WORK INSTRUCTION: Taking the entries below from the top, restate each line exactly and end with the line containing "#44=DIRECTION('',(-0.000000969,0.,-1.));".

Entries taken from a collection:
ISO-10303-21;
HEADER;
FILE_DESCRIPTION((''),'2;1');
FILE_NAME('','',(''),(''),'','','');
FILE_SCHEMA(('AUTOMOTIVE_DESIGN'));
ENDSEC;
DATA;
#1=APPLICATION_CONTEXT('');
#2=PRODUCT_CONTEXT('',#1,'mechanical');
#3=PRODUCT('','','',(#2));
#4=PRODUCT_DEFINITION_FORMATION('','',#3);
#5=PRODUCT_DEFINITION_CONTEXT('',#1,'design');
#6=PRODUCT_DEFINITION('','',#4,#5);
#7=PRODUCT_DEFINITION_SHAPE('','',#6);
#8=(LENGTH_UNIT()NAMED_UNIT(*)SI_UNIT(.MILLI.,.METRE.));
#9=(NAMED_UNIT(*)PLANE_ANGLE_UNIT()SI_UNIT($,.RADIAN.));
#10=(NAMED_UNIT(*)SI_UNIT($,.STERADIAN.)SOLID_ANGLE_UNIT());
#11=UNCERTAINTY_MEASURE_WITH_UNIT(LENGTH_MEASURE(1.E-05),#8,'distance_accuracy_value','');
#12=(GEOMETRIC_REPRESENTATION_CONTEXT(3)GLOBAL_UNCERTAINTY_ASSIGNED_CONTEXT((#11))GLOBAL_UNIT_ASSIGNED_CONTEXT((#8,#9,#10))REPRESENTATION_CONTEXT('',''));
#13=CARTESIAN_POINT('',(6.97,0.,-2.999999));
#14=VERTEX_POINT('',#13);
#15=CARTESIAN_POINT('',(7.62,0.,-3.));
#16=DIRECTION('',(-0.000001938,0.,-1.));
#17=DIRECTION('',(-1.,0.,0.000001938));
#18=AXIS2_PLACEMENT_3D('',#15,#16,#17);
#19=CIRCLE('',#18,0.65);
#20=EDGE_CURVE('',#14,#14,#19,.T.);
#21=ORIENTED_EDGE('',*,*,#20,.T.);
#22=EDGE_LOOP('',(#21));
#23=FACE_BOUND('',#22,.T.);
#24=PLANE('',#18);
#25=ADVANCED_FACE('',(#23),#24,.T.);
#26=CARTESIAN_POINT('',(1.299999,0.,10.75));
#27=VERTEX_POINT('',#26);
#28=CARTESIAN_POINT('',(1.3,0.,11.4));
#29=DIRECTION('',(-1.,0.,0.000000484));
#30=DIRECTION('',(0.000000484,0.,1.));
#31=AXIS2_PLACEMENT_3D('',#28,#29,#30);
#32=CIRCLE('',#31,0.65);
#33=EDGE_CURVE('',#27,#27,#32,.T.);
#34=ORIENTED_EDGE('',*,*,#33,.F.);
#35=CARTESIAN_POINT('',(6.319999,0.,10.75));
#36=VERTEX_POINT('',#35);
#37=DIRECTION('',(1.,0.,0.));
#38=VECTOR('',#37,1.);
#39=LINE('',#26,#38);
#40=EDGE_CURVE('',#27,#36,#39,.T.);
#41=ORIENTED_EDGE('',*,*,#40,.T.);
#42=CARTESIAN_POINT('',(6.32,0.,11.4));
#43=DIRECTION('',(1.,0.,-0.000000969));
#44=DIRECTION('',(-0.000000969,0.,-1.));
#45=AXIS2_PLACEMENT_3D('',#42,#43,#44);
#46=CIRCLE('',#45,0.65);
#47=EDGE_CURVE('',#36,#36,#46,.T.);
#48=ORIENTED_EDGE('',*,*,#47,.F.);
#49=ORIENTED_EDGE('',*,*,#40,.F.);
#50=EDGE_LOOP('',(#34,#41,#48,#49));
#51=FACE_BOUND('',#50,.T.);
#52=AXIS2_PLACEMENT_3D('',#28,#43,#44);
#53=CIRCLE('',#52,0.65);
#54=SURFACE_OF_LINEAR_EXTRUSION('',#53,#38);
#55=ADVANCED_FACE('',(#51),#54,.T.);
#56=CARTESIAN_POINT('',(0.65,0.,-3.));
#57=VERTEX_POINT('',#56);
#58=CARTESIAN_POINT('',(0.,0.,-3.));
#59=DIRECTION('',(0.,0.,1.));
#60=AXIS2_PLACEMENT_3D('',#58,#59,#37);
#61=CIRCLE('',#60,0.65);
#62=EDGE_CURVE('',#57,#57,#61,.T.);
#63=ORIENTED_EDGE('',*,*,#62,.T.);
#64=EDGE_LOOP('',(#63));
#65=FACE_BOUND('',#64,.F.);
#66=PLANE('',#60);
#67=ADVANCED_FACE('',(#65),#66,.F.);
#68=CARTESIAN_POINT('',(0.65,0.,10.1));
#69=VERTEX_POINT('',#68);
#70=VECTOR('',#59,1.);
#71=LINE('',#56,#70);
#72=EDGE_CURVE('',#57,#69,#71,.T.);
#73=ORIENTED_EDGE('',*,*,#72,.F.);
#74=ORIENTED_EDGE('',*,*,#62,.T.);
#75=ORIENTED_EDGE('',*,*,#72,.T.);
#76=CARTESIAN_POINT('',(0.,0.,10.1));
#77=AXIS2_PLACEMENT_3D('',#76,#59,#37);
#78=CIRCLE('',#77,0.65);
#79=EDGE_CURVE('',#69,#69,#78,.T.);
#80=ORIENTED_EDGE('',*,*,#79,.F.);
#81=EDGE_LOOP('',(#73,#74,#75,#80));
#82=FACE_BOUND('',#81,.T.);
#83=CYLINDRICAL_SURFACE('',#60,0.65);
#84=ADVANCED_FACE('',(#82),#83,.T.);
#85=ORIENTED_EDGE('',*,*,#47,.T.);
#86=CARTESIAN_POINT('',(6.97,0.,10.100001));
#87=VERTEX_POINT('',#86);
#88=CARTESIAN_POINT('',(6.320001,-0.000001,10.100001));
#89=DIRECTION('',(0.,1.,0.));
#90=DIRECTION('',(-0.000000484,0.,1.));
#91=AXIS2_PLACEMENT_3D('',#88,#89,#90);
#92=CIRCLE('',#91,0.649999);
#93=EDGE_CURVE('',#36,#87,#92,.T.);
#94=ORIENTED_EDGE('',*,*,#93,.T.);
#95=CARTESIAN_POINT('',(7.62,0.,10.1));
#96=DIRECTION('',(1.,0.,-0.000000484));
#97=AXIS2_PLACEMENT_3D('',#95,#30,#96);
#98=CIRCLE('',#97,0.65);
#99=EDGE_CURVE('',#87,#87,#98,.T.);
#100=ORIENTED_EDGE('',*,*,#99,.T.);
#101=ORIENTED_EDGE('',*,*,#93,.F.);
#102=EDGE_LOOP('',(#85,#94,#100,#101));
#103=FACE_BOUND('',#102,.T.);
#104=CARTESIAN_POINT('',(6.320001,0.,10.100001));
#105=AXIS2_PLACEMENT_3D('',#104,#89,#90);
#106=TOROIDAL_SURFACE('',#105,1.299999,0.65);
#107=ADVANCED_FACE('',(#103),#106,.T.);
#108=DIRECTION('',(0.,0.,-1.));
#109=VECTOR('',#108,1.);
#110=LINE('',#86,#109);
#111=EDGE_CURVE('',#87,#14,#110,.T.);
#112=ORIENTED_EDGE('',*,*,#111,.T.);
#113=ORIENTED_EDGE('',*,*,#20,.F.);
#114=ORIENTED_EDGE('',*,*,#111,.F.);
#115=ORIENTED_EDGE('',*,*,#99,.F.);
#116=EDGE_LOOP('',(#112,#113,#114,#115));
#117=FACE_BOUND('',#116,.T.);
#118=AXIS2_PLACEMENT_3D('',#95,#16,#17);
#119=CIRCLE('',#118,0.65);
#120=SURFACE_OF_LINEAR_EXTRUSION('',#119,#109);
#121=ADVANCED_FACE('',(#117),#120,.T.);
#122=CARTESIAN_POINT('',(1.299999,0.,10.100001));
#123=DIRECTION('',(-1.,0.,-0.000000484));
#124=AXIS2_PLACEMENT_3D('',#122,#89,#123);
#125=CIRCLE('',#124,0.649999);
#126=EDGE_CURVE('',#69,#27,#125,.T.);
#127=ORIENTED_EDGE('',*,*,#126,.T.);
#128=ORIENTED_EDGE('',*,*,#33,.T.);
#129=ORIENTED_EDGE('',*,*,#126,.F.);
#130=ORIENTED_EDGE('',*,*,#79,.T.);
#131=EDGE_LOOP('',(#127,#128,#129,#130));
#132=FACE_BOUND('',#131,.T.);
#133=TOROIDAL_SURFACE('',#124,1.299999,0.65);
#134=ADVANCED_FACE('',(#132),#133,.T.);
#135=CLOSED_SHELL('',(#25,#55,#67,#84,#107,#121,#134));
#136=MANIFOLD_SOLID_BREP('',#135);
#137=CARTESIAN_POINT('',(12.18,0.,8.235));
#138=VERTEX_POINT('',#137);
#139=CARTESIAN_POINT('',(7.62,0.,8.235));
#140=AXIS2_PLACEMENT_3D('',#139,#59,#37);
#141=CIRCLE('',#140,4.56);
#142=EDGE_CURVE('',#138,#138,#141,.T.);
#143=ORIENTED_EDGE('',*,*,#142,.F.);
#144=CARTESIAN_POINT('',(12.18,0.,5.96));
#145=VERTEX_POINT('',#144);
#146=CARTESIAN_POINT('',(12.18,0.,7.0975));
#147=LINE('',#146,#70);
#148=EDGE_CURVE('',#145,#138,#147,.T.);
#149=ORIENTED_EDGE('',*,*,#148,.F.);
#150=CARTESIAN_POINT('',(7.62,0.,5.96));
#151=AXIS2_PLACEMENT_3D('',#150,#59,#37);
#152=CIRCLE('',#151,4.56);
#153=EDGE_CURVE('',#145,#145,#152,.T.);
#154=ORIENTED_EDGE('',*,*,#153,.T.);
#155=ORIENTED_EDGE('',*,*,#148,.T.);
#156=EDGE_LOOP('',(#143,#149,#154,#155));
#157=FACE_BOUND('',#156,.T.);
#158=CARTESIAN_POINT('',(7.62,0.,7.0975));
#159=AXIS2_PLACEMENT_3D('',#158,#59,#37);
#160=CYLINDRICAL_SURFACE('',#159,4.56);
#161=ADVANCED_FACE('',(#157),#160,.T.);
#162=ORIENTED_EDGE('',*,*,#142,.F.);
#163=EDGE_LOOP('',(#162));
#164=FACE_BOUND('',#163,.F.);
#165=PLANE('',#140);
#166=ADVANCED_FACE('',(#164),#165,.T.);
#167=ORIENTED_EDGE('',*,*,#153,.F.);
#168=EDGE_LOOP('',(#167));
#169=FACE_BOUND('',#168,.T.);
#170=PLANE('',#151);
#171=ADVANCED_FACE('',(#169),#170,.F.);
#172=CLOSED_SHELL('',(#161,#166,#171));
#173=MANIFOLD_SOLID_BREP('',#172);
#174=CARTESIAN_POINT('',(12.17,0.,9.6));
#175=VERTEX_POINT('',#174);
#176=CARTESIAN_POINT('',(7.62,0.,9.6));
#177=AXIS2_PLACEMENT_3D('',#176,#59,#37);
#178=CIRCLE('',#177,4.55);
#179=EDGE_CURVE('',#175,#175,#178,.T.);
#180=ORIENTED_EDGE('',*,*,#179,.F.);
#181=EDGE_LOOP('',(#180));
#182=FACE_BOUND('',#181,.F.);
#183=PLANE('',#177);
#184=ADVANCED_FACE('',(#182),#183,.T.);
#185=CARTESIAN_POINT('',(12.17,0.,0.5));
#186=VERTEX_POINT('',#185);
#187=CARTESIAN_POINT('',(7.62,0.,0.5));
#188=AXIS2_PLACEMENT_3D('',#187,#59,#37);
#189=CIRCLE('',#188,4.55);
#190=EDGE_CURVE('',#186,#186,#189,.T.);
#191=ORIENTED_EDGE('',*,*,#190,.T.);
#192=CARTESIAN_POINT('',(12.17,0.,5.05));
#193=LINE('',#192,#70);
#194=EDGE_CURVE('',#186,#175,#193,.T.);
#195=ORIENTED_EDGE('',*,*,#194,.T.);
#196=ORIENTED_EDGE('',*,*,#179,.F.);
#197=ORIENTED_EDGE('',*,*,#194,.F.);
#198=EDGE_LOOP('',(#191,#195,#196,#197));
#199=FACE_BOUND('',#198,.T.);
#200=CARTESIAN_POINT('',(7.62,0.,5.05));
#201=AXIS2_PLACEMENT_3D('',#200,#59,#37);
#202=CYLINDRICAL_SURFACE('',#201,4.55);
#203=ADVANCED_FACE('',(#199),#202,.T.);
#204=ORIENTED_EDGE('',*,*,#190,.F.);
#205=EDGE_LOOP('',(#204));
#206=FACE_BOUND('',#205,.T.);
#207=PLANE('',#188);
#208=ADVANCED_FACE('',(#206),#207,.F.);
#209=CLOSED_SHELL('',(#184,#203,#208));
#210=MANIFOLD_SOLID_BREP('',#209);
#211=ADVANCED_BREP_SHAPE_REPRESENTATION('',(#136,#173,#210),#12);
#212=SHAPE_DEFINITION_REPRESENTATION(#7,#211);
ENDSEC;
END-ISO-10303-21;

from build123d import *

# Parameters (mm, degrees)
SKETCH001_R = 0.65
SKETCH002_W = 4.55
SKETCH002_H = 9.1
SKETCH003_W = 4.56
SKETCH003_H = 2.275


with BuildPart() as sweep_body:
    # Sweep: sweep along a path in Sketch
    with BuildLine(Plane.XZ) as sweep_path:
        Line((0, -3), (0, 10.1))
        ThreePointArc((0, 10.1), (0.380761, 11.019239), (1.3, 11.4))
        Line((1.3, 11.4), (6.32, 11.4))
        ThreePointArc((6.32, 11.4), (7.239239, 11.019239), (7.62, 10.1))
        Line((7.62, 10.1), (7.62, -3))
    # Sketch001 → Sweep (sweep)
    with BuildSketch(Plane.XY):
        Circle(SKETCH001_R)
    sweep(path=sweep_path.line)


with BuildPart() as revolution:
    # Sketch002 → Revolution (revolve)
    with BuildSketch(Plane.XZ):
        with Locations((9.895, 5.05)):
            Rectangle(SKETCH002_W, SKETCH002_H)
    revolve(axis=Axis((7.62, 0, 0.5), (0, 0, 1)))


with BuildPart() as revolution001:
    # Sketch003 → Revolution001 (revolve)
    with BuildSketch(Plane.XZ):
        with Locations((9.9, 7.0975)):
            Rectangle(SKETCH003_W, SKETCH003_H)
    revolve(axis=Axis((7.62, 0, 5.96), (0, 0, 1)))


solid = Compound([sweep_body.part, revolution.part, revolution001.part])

EXERCISE SOLUTION:
ISO-10303-21;
HEADER;
FILE_DESCRIPTION((''),'2;1');
FILE_NAME('','',(''),(''),'','','');
FILE_SCHEMA(('AUTOMOTIVE_DESIGN'));
ENDSEC;
DATA;
#1=APPLICATION_CONTEXT('');
#2=PRODUCT_CONTEXT('',#1,'mechanical');
#3=PRODUCT('','','',(#2));
#4=PRODUCT_DEFINITION_FORMATION('','',#3);
#5=PRODUCT_DEFINITION_CONTEXT('',#1,'design');
#6=PRODUCT_DEFINITION('','',#4,#5);
#7=PRODUCT_DEFINITION_SHAPE('','',#6);
#8=(LENGTH_UNIT()NAMED_UNIT(*)SI_UNIT(.MILLI.,.METRE.));
#9=(NAMED_UNIT(*)PLANE_ANGLE_UNIT()SI_UNIT($,.RADIAN.));
#10=(NAMED_UNIT(*)SI_UNIT($,.STERADIAN.)SOLID_ANGLE_UNIT());
#11=UNCERTAINTY_MEASURE_WITH_UNIT(LENGTH_MEASURE(1.E-05),#8,'distance_accuracy_value','');
#12=(GEOMETRIC_REPRESENTATION_CONTEXT(3)GLOBAL_UNCERTAINTY_ASSIGNED_CONTEXT((#11))GLOBAL_UNIT_ASSIGNED_CONTEXT((#8,#9,#10))REPRESENTATION_CONTEXT('',''));
#13=CARTESIAN_POINT('',(6.97,0.,-2.999999));
#14=VERTEX_POINT('',#13);
#15=CARTESIAN_POINT('',(7.62,0.,-3.));
#16=DIRECTION('',(-0.000001938,0.,-1.));
#17=DIRECTION('',(-1.,0.,0.000001938));
#18=AXIS2_PLACEMENT_3D('',#15,#16,#17);
#19=CIRCLE('',#18,0.65);
#20=EDGE_CURVE('',#14,#14,#19,.T.);
#21=ORIENTED_EDGE('',*,*,#20,.T.);
#22=EDGE_LOOP('',(#21));
#23=FACE_BOUND('',#22,.T.);
#24=PLANE('',#18);
#25=ADVANCED_FACE('',(#23),#24,.T.);
#26=CARTESIAN_POINT('',(1.299999,0.,10.75));
#27=VERTEX_POINT('',#26);
#28=CARTESIAN_POINT('',(1.3,0.,11.4));
#29=DIRECTION('',(-1.,0.,0.000000484));
#30=DIRECTION('',(0.000000484,0.,1.));
#31=AXIS2_PLACEMENT_3D('',#28,#29,#30);
#32=CIRCLE('',#31,0.65);
#33=EDGE_CURVE('',#27,#27,#32,.T.);
#34=ORIENTED_EDGE('',*,*,#33,.F.);
#35=CARTESIAN_POINT('',(6.319999,0.,10.75));
#36=VERTEX_POINT('',#35);
#37=DIRECTION('',(1.,0.,0.));
#38=VECTOR('',#37,1.);
#39=LINE('',#26,#38);
#40=EDGE_CURVE('',#27,#36,#39,.T.);
#41=ORIENTED_EDGE('',*,*,#40,.T.);
#42=CARTESIAN_POINT('',(6.32,0.,11.4));
#43=DIRECTION('',(1.,0.,-0.000000969));
#44=DIRECTION('',(-0.000000969,0.,-1.));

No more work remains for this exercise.